Falconry sits at a unique place in the United States regulatory structure, and you never know where it’s going to show up. Like in the movies.
16 U.S.C. §707 & 50 C.F.R. §21.29(f)(9)(i) make it a federal crime to use a falconer’s falcon to make a movie that isn’t about falconry.
— A Crime a Day (@CrimeADay) May 7, 2015
It’s one of many weird-sounding rules we talked about in our most-recent episode of The Uncertain Hour, and it’s one listeners wanted to learn more about. If we’ve learned anything doing this show, it’s that every regulation is someone’s regulation. In this case, it’s a small group of falconers who also work in entertainment, and this rule affected their livelihood.
The rule was actually part of a larger regulatory package around falconry that was first proposed in 2005, then codified in 2008.
“This was not something that was kind of a top-down preceding, I think it was requested by the states, so it was kind of an interesting process,” said David Verhey, a lawyer who oversaw regulations at the Department of the Interior during the Bush administration. The package was in line with an overall move toward “cooperative conservation,” which in this case meant giving states sole responsibility over falconry licences.

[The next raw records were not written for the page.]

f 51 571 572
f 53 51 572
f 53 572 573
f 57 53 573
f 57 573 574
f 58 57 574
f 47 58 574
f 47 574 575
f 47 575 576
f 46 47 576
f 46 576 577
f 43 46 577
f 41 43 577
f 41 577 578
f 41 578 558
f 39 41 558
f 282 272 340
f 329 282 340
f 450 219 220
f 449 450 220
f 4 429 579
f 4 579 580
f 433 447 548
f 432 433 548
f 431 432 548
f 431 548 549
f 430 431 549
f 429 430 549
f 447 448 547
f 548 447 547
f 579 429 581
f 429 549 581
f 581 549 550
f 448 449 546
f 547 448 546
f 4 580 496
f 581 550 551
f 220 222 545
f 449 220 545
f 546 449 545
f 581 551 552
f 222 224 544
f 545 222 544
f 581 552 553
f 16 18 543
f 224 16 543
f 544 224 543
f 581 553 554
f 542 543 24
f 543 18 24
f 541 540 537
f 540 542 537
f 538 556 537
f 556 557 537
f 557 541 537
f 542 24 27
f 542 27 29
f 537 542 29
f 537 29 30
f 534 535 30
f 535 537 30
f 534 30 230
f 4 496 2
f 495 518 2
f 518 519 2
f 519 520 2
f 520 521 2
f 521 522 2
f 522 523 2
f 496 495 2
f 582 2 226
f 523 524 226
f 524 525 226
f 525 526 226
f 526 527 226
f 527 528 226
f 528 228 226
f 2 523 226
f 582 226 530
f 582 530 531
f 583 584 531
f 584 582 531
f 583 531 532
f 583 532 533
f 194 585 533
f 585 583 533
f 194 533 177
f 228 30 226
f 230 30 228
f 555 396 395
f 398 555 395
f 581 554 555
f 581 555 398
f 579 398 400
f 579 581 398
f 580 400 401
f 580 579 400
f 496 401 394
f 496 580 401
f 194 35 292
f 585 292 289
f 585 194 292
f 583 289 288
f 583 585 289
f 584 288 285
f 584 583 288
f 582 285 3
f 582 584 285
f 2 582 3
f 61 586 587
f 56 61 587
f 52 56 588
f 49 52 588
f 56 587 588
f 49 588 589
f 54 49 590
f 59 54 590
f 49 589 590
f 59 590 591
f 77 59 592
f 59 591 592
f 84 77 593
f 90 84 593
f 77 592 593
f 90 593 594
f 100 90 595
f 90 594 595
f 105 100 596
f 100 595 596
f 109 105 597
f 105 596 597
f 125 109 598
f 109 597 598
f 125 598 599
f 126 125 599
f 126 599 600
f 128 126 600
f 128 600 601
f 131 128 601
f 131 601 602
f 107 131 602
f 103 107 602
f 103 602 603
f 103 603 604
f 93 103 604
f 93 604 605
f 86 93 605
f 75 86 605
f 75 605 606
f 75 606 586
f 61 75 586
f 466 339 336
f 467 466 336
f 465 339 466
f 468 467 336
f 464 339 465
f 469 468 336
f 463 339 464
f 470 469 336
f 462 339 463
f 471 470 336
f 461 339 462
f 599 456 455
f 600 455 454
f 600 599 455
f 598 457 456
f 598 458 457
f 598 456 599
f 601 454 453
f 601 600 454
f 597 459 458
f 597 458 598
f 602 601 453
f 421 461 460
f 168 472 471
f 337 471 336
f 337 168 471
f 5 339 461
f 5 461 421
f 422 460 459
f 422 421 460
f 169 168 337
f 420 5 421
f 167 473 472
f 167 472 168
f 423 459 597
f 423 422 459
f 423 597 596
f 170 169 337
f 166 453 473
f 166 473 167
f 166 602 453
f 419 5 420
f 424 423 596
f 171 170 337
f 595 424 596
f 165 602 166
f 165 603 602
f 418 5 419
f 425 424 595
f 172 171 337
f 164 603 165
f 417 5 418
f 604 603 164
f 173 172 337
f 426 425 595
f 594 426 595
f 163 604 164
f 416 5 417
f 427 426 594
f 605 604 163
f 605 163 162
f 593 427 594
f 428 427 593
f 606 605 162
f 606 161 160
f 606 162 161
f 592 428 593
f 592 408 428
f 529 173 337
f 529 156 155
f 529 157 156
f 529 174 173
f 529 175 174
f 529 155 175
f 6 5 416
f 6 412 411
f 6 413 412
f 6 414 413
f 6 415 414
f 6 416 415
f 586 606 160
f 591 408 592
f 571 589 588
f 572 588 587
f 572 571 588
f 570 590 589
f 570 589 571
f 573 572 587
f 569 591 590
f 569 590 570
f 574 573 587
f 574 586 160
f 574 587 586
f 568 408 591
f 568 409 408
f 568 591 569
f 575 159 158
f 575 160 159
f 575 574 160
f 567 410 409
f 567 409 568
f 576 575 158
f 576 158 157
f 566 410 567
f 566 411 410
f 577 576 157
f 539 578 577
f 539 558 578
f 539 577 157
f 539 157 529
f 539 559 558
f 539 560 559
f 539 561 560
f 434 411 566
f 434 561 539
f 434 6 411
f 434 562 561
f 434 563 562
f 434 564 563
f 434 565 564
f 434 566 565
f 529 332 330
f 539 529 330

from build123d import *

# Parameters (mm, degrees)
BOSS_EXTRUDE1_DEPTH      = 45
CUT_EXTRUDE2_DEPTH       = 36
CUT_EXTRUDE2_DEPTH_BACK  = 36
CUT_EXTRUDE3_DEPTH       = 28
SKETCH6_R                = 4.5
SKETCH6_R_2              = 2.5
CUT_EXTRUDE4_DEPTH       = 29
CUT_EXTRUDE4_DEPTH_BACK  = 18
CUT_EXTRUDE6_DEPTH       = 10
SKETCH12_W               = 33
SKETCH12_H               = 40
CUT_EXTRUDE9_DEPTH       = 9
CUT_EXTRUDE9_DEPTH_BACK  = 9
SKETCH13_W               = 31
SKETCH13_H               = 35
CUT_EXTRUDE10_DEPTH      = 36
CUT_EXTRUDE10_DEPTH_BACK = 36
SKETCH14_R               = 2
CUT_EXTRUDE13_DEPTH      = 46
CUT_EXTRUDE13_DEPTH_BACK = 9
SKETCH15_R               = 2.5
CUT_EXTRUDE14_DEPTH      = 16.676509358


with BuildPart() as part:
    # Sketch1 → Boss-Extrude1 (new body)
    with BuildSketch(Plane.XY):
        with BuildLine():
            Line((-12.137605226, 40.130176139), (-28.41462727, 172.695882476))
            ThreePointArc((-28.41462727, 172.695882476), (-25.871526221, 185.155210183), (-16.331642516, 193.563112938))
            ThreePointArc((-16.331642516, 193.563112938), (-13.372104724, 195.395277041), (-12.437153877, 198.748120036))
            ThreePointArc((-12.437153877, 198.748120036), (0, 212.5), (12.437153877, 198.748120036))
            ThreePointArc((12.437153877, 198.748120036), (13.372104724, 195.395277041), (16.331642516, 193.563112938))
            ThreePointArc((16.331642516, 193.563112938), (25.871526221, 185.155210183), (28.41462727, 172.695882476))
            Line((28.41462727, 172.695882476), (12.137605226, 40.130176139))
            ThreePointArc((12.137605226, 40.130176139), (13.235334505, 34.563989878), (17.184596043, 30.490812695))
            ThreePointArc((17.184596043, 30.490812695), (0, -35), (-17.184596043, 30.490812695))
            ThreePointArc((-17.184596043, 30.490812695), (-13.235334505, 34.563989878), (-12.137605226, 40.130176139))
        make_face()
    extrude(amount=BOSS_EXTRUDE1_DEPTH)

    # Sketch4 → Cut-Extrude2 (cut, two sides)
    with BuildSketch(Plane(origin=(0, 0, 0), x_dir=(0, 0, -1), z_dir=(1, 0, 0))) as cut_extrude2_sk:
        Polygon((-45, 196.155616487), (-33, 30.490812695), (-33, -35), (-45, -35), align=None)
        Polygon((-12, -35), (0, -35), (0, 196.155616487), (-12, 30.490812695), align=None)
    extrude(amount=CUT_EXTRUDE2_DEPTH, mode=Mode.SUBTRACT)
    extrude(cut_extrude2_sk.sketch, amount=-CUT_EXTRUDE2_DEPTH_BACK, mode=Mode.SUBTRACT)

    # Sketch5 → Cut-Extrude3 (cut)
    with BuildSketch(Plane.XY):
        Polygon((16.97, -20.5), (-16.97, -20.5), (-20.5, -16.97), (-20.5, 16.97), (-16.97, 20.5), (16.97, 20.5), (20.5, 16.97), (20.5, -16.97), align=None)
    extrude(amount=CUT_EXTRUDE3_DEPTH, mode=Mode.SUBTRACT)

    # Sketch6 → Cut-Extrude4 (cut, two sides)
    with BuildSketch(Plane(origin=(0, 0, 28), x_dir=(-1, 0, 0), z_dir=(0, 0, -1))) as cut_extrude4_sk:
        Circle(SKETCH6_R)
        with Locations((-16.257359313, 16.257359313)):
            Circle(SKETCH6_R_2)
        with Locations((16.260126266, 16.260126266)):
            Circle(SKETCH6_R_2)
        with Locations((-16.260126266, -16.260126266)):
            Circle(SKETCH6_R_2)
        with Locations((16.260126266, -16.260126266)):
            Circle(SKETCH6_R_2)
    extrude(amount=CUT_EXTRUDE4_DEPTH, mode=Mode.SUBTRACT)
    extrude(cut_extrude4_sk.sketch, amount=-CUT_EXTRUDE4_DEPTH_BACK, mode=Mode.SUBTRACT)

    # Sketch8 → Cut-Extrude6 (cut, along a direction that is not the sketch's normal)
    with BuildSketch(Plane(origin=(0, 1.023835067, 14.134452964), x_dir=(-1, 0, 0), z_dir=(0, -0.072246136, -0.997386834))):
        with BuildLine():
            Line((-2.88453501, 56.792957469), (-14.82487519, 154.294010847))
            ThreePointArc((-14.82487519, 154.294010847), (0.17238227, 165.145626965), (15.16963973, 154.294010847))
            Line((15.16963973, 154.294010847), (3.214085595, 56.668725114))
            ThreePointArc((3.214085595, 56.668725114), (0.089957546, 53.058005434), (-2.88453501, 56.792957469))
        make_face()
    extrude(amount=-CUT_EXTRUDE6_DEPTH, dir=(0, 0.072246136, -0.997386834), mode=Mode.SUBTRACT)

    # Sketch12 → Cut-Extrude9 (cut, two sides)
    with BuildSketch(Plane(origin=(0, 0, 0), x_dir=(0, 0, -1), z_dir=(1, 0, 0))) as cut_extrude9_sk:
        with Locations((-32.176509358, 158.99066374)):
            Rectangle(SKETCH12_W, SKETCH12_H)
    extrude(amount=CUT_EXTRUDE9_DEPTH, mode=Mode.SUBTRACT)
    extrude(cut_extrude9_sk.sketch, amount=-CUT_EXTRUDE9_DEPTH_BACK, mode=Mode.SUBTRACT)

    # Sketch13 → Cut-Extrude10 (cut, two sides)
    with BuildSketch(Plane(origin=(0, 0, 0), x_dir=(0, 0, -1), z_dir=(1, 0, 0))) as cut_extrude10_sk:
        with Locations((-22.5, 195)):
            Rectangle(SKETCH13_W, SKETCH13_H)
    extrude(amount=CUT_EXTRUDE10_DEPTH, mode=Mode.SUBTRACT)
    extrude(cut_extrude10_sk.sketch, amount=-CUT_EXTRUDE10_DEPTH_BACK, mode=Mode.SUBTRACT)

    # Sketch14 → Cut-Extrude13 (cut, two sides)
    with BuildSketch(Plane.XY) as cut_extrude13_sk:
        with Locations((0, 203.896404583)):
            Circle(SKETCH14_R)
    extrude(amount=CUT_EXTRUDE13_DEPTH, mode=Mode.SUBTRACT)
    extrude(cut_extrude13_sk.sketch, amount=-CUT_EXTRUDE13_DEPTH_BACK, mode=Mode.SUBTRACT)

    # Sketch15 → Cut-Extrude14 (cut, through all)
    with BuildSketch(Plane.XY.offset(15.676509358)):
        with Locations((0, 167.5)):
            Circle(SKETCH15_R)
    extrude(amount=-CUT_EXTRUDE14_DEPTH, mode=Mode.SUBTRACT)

While it gave up permitting, the agency also sought to clarify rules under the Migratory Bird Treaty Act, which protects hundreds of different species from capture, hunting and so on. Nestled in a section about educational uses for birds of prey, like peregrine falcons or red-tailed hawks, there it is: “You may not use falconry raptors to make movies, commercials, or in other commercial ventures that are not related to falconry.”
Mark Jackson remembers when he first heard about the rule. He’s a licensed falconer in California and an animal handler with decades in the movie business. He estimates he’s one of about five people in the local union that does both.
“Red-tail hawks, horned owls. … We had them all trained up, but one letter came and said you cannot rent those animals,” Jackson said. “So everybody went out and got a look alike.”
Non-native birds aren’t protected under the law, Jackson said. You still need a permit to own one, but they’re OK for commercial use. An African pied crow or an African tawny eagle can stand in for a raven or a bald eagle easily with a little dye or CGI. Of course, filmmakers could also use stock footage, film the birds in nature or opt to shoot out of the country.
Jackson’s an independent contractor, and he estimates he spent a relatively small amount, somewhere in the low five-figures, to comply with the regulation.
He said he understands and respects rules covering falconry, but this was another example of animal handling getting “regulated out of business.” After this rule came down, he said, some trainers thought about packing it up.
Jackson declined to elaborate, but Brian Millsap, national raptor coordinator for the Fish and Wildlife Service, wasn’t surprised to hear it.
Millsap is a falconer himself, and he was division chief for migratory bird management in the 2000s. He and a couple other employees crafted the falconry rules over six years. That’s a lot of resources devoted to rules that only affect about 4,000 people nationwide, Millsap said.
“And then you start carving that even finer and, well, OK, there’s the raptor propagators,” he said. “There’s folks that are using raptors for abatement to reduce crop depredation, and the falconers who want to educate.”
This whole issue speaks to the odd question people like Millsap have to ask themselves when writing the rules: How do you regulate something that’s older than democracy itself? Falconry predates most other modern forms of hunting, and it sprung up in several ancient societies independently. And unlike, say, agriculture, it hasn’t changed much.
When Millsap’s team had to decide what rules to develop, they prioritized activities in line with the department’s mission, he said. Education is an obvious one, so is breeding. Even some money-making pursuits, like hiring falconers to keep pests away from landfills, farms and ballparks, have conservation benefits.
“So I see the point, but I guess what I would say is the cost-benefit just didn’t bear out on that one,” Millsap said. “With regard to using birds of prey in advertising in either print or television, the conservation message isn’t there. Usually they’re being used to market sunglasses or to, you know, show how fast a sports car can go.”
Millsap emphasized that because theses birds are protected, you never really were allowed to use them for commercial purposes anyway. He knows of at least one falconer who lost a license for it before the rule was even put to paper.
“Oftentimes we think of regulations as being restrictive, preventing us from doing something that we otherwise would be able to,” he said. “But in the case of many of the regulations that we deal with in the Fish and Wildlife Service, especially under the Migratory Bird Treaty Act, the regulations allow flexibility.”